En France, le risque d’inondation est le premier risque naturel par l’importance des dommages qu’il provoque, le nombre de communes concernées, l’étendue des zones inondables et les populations résidant dans ces zones : un Français sur quatre est concerné. Dans le Nord-Pas-de-Calais, deux tiers des communes ont fait l’objet d’un arrêté de catastrophe naturelle suite aux inondations au cours des trente dernières années. Et avec le changement climatique, ça ne va pas s’arranger : « On se dirige vers des chocs climatiques de plus en plus dur et de plus en plus longs, pour les inondations, mais aussi les sécheresses. Les habitants de notre bassin doivent savoir que tôt ou tard, ils seront exposés. Le risque zéro n’existe pas, indépendamment de tous les moyens qu’on pourra investir », prévient Grégoire Jacquesson, responsable du pôle gestion des risques du Syndicat mixte Canche et Authie – Symcéa.

Ce n’est certes pas rassurant, mais plutôt que de faire l’autruche (imaginez ce que ça donnerait en cas d’inondation !), il faut savoir comment réagir : « C’est quand on n’est pas préparé que l’impact est le plus fort, souligne Grégoire Jacquesson. Il ne s’agit pas de vivre dans la peur, mais de savoir comment réagir, ce qu’il faut faire et ne pas faire. » Alors, pour développer cette nécessaire “culture du risque”, le Symcéa organise pour la troisième année “Canche et résilience : le salon de l’inondation et des solutions”. Après une première édition à Hesdin, une deuxième à Montreuil (suite aux événement de fin 2023 et début 2024), c’est à Saint-Pol-sur-Ternoise que se dérouleront deux journées de sensibilisation et d’éducation autour de la gestion du risque et des inondations, en partenariat avec TernoisCom, territoire également très exposé : « TernoisCom est soumis à l’érosion, au ruissellement et aux coulées de boue », souligne Valérie Chérigié, directrice du Symcéa, qui se félicite du partenariat engagé entre sa structure et la communauté de communes : « Nous avons de plus en plus de partenaires qui se mobilisent pour le salon Canche et Résilience. On a uni nos efforts pour que ce soit une réussite. On essaie de créer les conditions pour réunir un maximum d’acteurs : c’est une bonne occasion pour tous de faire une mise à jour de nos connaissances. »

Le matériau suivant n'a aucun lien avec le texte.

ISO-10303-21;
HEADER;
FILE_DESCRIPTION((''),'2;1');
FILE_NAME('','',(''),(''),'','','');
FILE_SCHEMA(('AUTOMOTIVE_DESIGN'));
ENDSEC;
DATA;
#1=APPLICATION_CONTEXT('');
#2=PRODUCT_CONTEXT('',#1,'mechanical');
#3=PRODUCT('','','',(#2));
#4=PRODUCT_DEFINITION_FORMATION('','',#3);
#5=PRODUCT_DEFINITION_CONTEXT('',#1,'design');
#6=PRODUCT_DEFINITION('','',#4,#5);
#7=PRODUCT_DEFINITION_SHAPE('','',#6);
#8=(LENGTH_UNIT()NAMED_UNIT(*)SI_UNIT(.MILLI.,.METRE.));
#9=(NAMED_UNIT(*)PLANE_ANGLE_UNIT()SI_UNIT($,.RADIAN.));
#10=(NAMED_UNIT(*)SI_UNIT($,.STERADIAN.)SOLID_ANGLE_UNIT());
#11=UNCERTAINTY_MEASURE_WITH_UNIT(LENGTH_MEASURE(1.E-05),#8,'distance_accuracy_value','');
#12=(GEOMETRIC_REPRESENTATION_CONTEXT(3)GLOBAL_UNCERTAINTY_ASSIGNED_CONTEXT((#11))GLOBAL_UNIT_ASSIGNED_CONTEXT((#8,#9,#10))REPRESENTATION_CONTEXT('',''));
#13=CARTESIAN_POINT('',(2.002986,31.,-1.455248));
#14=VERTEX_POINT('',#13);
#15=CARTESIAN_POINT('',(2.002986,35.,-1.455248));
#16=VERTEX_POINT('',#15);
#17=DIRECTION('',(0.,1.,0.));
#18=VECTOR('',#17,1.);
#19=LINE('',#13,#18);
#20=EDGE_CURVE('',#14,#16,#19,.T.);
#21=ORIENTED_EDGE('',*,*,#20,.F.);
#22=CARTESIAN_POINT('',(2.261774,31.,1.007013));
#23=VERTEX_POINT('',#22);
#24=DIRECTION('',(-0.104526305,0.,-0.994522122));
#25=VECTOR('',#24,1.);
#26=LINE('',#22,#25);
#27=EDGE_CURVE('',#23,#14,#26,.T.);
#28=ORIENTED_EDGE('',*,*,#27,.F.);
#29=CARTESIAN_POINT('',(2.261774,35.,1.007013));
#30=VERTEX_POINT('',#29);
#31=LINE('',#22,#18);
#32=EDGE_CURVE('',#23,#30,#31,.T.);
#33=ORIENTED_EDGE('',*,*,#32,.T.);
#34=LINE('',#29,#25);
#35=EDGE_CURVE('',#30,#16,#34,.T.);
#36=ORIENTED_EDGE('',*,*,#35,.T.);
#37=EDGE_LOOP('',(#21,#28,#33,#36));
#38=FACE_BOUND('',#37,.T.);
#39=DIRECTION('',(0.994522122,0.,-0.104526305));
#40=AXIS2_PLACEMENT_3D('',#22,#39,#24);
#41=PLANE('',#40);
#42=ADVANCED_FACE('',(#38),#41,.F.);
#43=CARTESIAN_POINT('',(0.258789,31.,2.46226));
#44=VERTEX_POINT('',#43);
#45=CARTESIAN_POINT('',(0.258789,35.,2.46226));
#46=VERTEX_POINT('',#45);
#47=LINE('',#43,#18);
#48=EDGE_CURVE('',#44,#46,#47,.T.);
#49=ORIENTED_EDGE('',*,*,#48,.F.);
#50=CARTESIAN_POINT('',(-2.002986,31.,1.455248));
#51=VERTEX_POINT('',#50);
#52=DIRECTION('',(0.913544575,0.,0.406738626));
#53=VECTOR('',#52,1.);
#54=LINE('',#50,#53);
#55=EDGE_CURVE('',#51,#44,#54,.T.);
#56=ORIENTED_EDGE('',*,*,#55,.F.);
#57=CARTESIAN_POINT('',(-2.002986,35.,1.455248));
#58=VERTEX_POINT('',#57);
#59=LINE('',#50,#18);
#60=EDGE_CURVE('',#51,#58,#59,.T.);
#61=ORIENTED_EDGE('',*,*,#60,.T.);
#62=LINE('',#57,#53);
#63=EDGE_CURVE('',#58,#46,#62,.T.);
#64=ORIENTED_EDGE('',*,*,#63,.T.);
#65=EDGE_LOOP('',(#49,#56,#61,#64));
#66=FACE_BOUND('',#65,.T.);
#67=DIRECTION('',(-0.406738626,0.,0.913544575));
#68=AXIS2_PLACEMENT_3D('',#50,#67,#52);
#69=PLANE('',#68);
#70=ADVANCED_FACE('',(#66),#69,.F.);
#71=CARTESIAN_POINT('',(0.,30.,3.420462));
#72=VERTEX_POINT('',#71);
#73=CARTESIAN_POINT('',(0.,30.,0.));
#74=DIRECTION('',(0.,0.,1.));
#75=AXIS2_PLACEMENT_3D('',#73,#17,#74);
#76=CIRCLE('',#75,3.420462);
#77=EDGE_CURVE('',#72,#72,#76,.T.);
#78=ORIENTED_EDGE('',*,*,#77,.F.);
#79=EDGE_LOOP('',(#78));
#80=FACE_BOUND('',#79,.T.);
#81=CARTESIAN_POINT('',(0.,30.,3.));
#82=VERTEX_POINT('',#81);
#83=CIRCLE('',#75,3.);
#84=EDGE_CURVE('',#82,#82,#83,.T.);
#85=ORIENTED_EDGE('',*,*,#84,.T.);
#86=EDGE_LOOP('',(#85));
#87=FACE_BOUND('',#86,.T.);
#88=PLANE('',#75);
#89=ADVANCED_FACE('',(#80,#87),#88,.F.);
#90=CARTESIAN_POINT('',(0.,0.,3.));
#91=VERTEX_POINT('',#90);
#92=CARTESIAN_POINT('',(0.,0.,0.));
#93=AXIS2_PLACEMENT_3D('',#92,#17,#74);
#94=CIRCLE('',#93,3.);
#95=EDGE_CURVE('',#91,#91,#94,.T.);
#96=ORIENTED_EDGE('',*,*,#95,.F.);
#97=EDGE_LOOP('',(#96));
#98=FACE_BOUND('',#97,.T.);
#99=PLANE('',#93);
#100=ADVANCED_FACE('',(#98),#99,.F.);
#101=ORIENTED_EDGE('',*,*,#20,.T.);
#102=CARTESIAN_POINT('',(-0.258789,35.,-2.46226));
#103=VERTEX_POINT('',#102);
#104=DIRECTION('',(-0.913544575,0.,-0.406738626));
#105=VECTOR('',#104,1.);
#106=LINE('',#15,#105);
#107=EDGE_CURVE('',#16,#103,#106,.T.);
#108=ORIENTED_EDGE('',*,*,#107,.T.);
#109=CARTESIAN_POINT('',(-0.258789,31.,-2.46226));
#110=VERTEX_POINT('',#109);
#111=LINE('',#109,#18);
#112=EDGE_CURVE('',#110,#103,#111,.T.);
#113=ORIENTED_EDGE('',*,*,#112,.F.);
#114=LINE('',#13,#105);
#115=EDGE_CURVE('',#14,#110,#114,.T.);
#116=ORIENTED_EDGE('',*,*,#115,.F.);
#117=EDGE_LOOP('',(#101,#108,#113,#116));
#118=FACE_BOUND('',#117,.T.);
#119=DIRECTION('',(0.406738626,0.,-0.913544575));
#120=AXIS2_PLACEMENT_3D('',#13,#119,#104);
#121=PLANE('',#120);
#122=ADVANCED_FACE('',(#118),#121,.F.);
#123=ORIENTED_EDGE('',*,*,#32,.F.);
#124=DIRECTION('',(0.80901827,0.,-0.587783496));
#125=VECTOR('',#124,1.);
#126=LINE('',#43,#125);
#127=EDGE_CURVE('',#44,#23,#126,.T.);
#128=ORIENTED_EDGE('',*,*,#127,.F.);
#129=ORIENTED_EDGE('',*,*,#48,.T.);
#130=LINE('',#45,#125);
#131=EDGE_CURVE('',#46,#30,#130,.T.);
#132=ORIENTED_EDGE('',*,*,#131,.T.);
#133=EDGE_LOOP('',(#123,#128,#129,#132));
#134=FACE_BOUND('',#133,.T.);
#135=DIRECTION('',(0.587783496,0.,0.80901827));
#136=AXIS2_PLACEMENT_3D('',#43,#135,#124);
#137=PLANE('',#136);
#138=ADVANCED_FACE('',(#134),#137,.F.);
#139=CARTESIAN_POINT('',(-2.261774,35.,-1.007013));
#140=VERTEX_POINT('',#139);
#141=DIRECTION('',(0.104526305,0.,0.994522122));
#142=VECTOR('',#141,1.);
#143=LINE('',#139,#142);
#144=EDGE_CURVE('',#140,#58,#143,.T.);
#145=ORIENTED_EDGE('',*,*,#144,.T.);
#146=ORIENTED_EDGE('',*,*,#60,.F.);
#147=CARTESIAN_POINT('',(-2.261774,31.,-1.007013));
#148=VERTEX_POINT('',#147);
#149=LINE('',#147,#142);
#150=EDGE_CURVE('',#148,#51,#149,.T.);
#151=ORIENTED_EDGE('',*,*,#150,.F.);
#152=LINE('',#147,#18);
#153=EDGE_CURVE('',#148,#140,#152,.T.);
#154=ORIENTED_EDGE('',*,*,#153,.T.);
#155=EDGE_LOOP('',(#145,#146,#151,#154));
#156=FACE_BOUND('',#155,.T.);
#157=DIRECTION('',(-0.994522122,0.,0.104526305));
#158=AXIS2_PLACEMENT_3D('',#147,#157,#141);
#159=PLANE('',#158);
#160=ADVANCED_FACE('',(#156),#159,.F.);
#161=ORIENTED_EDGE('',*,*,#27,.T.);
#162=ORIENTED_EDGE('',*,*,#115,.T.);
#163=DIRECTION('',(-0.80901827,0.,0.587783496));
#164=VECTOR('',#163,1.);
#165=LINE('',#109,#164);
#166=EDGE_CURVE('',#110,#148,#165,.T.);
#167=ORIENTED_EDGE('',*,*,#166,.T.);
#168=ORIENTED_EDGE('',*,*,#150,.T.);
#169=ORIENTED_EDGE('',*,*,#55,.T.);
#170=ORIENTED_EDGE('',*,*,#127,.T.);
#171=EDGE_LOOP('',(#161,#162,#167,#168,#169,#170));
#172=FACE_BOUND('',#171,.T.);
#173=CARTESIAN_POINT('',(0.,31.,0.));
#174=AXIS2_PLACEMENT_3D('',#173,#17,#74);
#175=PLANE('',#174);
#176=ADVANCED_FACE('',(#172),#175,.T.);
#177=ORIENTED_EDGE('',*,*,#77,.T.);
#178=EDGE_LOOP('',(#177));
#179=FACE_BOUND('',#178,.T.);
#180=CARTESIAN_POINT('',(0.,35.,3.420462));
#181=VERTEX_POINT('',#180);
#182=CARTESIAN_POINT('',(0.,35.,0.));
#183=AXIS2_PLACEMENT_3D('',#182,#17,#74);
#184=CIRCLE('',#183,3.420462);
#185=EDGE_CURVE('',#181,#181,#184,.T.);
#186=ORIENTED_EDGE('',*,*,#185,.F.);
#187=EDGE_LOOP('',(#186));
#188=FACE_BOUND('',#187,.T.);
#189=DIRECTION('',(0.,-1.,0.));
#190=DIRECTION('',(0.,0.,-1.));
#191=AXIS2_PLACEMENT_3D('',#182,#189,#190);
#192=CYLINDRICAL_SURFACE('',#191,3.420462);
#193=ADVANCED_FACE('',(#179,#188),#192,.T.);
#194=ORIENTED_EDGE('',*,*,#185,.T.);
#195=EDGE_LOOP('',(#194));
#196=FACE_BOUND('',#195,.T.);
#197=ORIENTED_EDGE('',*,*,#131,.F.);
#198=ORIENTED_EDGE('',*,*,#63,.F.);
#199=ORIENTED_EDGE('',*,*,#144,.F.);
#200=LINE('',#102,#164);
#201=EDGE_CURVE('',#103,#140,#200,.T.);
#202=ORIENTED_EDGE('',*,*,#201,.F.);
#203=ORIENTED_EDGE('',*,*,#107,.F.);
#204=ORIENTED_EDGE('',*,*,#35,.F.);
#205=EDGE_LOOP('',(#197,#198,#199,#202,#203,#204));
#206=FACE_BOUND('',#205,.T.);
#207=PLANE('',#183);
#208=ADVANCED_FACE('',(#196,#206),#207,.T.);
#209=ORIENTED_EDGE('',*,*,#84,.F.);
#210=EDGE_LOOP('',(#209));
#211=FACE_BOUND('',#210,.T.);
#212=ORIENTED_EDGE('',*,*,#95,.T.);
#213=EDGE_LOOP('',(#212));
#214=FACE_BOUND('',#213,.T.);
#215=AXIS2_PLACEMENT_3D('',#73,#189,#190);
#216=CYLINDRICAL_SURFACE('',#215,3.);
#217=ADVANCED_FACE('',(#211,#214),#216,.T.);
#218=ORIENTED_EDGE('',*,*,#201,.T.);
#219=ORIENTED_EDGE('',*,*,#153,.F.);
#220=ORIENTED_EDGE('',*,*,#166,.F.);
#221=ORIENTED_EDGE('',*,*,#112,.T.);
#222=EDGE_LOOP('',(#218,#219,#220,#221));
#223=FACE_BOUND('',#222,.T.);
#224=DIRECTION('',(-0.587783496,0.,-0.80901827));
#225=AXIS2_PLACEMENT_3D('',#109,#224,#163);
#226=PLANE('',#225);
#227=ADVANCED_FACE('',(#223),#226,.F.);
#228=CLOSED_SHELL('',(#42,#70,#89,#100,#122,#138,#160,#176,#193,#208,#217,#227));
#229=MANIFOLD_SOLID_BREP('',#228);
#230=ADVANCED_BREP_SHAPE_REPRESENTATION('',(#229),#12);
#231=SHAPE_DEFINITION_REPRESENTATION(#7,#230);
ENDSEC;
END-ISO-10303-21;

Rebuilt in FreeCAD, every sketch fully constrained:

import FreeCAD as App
import Part
import Sketcher


def add_polygon(sketch, points):
    """Adds a closed chain of lines whose ends are joined by coincident constraints."""
    first, n = sketch.GeometryCount, len(points)
    for a, b in zip(points, points[1:] + points[:1]):
        sketch.addGeometry(Part.LineSegment(App.Vector(*a, 0), App.Vector(*b, 0)), False)
    for i in range(n):
        sketch.addConstraint(Sketcher.Constraint("Coincident", first + i, 2, first + (i + 1) % n, 1))

doc = App.newDocument("Part")
params = doc.addObject("Spreadsheet::Sheet", "Params")
for row, (alias, value) in enumerate([
    ("sketch1_diameter", "6 mm"),
    ("pad1_length", "30 mm"),
    ("pad2_length", "5 mm"),
    ("pocket1_length", "4 mm"),
], start=1):
    params.set(f"A{row}", alias)
    params.set(f"B{row}", "=" + value)
    params.setAlias(f"B{row}", alias)

body = doc.addObject("PartDesign::Body", "Body")

sketch1 = body.newObject("Sketcher::SketchObject", "Sketch")
sketch1.AttachmentSupport = (doc.getObject("XZ_Plane"), [""])
sketch1.MapMode = "FlatFace"
sketch1.addGeometry(Part.Circle(App.Vector(0, 0, 0), App.Vector(0, 0, 1), 3), False)
sketch1.addConstraint(Sketcher.Constraint("Coincident", 0, 3, -1, 1))
sketch1.addConstraint(Sketcher.Constraint("Diameter", 0, 6.0))
sketch1.setExpression("Constraints[1]", "Params.sketch1_diameter")
pad1 = body.newObject("PartDesign::Pad", "Pad")
pad1.Profile = sketch1
pad1.setExpression("Length", "Params.pad1_length")
pad1.Reversed = True

sketch2 = body.newObject("Sketcher::SketchObject", "Sketch001")
sketch2.AttachmentSupport = (doc.getObject("XZ_Plane"), [""])
sketch2.MapMode = "FlatFace"
sketch2.AttachmentOffset = App.Placement(App.Vector(0, 0, -30), App.Rotation())
sketch2.addGeometry(Part.Circle(App.Vector(0, 0, 0), App.Vector(0, 0, 1), 3.420462), False)
sketch2.addConstraint(Sketcher.Constraint("Coincident", 0, 3, -1, 1))
sketch2.addConstraint(Sketcher.Constraint("Diameter", 0, 6.840924))
pad2 = body.newObject("PartDesign::Pad", "Pad001")
pad2.Profile = sketch2
pad2.setExpression("Length", "Params.pad2_length")
pad2.Reversed = True

sketch3 = body.newObject("Sketcher::SketchObject", "Sketch002")
sketch3.AttachmentSupport = (doc.getObject("XZ_Plane"), [""])
sketch3.MapMode = "FlatFace"
sketch3.AttachmentOffset = App.Placement(App.Vector(0, 0, -35), App.Rotation())
add_polygon(sketch3, [(-0.258789, -2.46226), (-2.261774, -1.007013), (-2.002986, 1.455248), (0.258789, 2.46226), (2.261774, 1.007013), (2.002986, -1.455248)])
sketch3.addConstraint(Sketcher.Constraint("Symmetric", 0, 2, 3, 2, -1, 1))
sketch3.addConstraint(Sketcher.Constraint("Symmetric", 1, 2, 4, 2, -1, 1))
sketch3.addConstraint(Sketcher.Constraint("Symmetric", 2, 2, 5, 2, -1, 1))
sketch3.addConstraint(Sketcher.Constraint("Equal", 0, 1))
sketch3.addConstraint(Sketcher.Constraint("Equal", 1, 2))
sketch3.addConstraint(Sketcher.Constraint("DistanceX", -1, 1, 2, 2, 0.258789))
sketch3.addConstraint(Sketcher.Constraint("DistanceY", -1, 1, 2, 2, 2.46226))
sketch3.addConstraint(Sketcher.Constraint("DistanceX", 0, 2, 1, 2, 0.258789))
sketch3.addConstraint(Sketcher.Constraint("DistanceY", 0, 2, 1, 2, 2.46226))
pocket1 = body.newObject("PartDesign::Pocket", "Pocket")
pocket1.Profile = sketch3
pocket1.setExpression("Length", "Params.pocket1_length")
pocket1.Reversed = True

doc.recompute()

En effet, la première journée sera consacrée aux scolaires – citoyens de demain, aux élus et aux techniciens impliqués dans la prévention et la gestion des inondations. La seconde, le samedi 11 octobre, sera ouverte au grand public avec une programme très dense (voir ci-dessous) et pensé pour toucher petits et grands, de façon ludique et légère malgré tout le sérieux du sujet. « Les habitants sont les premiers acteurs de leur sécurité et doivent savoir ce qu’ils peuvent faire ou non lors d’inondations. Une personne qui ne respecte pas les règles essentielles peut mobiliser les secours inutilement et même les désorganiser. Par exemple, il faut éviter tout déplacement : il peut suffire de trente centimètres d’eau pour emporter une voiture. Et avec le ruissellement, on peut atteindre des vitesses torrentielles ! Il est donc important que les habitants s’informent pour qu’ils puissent agit en conséquence », résume Grégoire Jacquesson, approuvé par Dominique Coquet, vice-président du Symcéa et de TernoisCom : « Il est important de sensibiliser les habitants à la culture du risque, qu’ils sachent quoi faire en cas d’événement. Les communes doivent également s’engager, travailler en amont, au travers notamment des plans communaux de sauvegarde. Les travaux peuvent permettre de gérer certains événements climatiques, mais ne peuvent pas tout traiter en cas de gros orages par exemple. »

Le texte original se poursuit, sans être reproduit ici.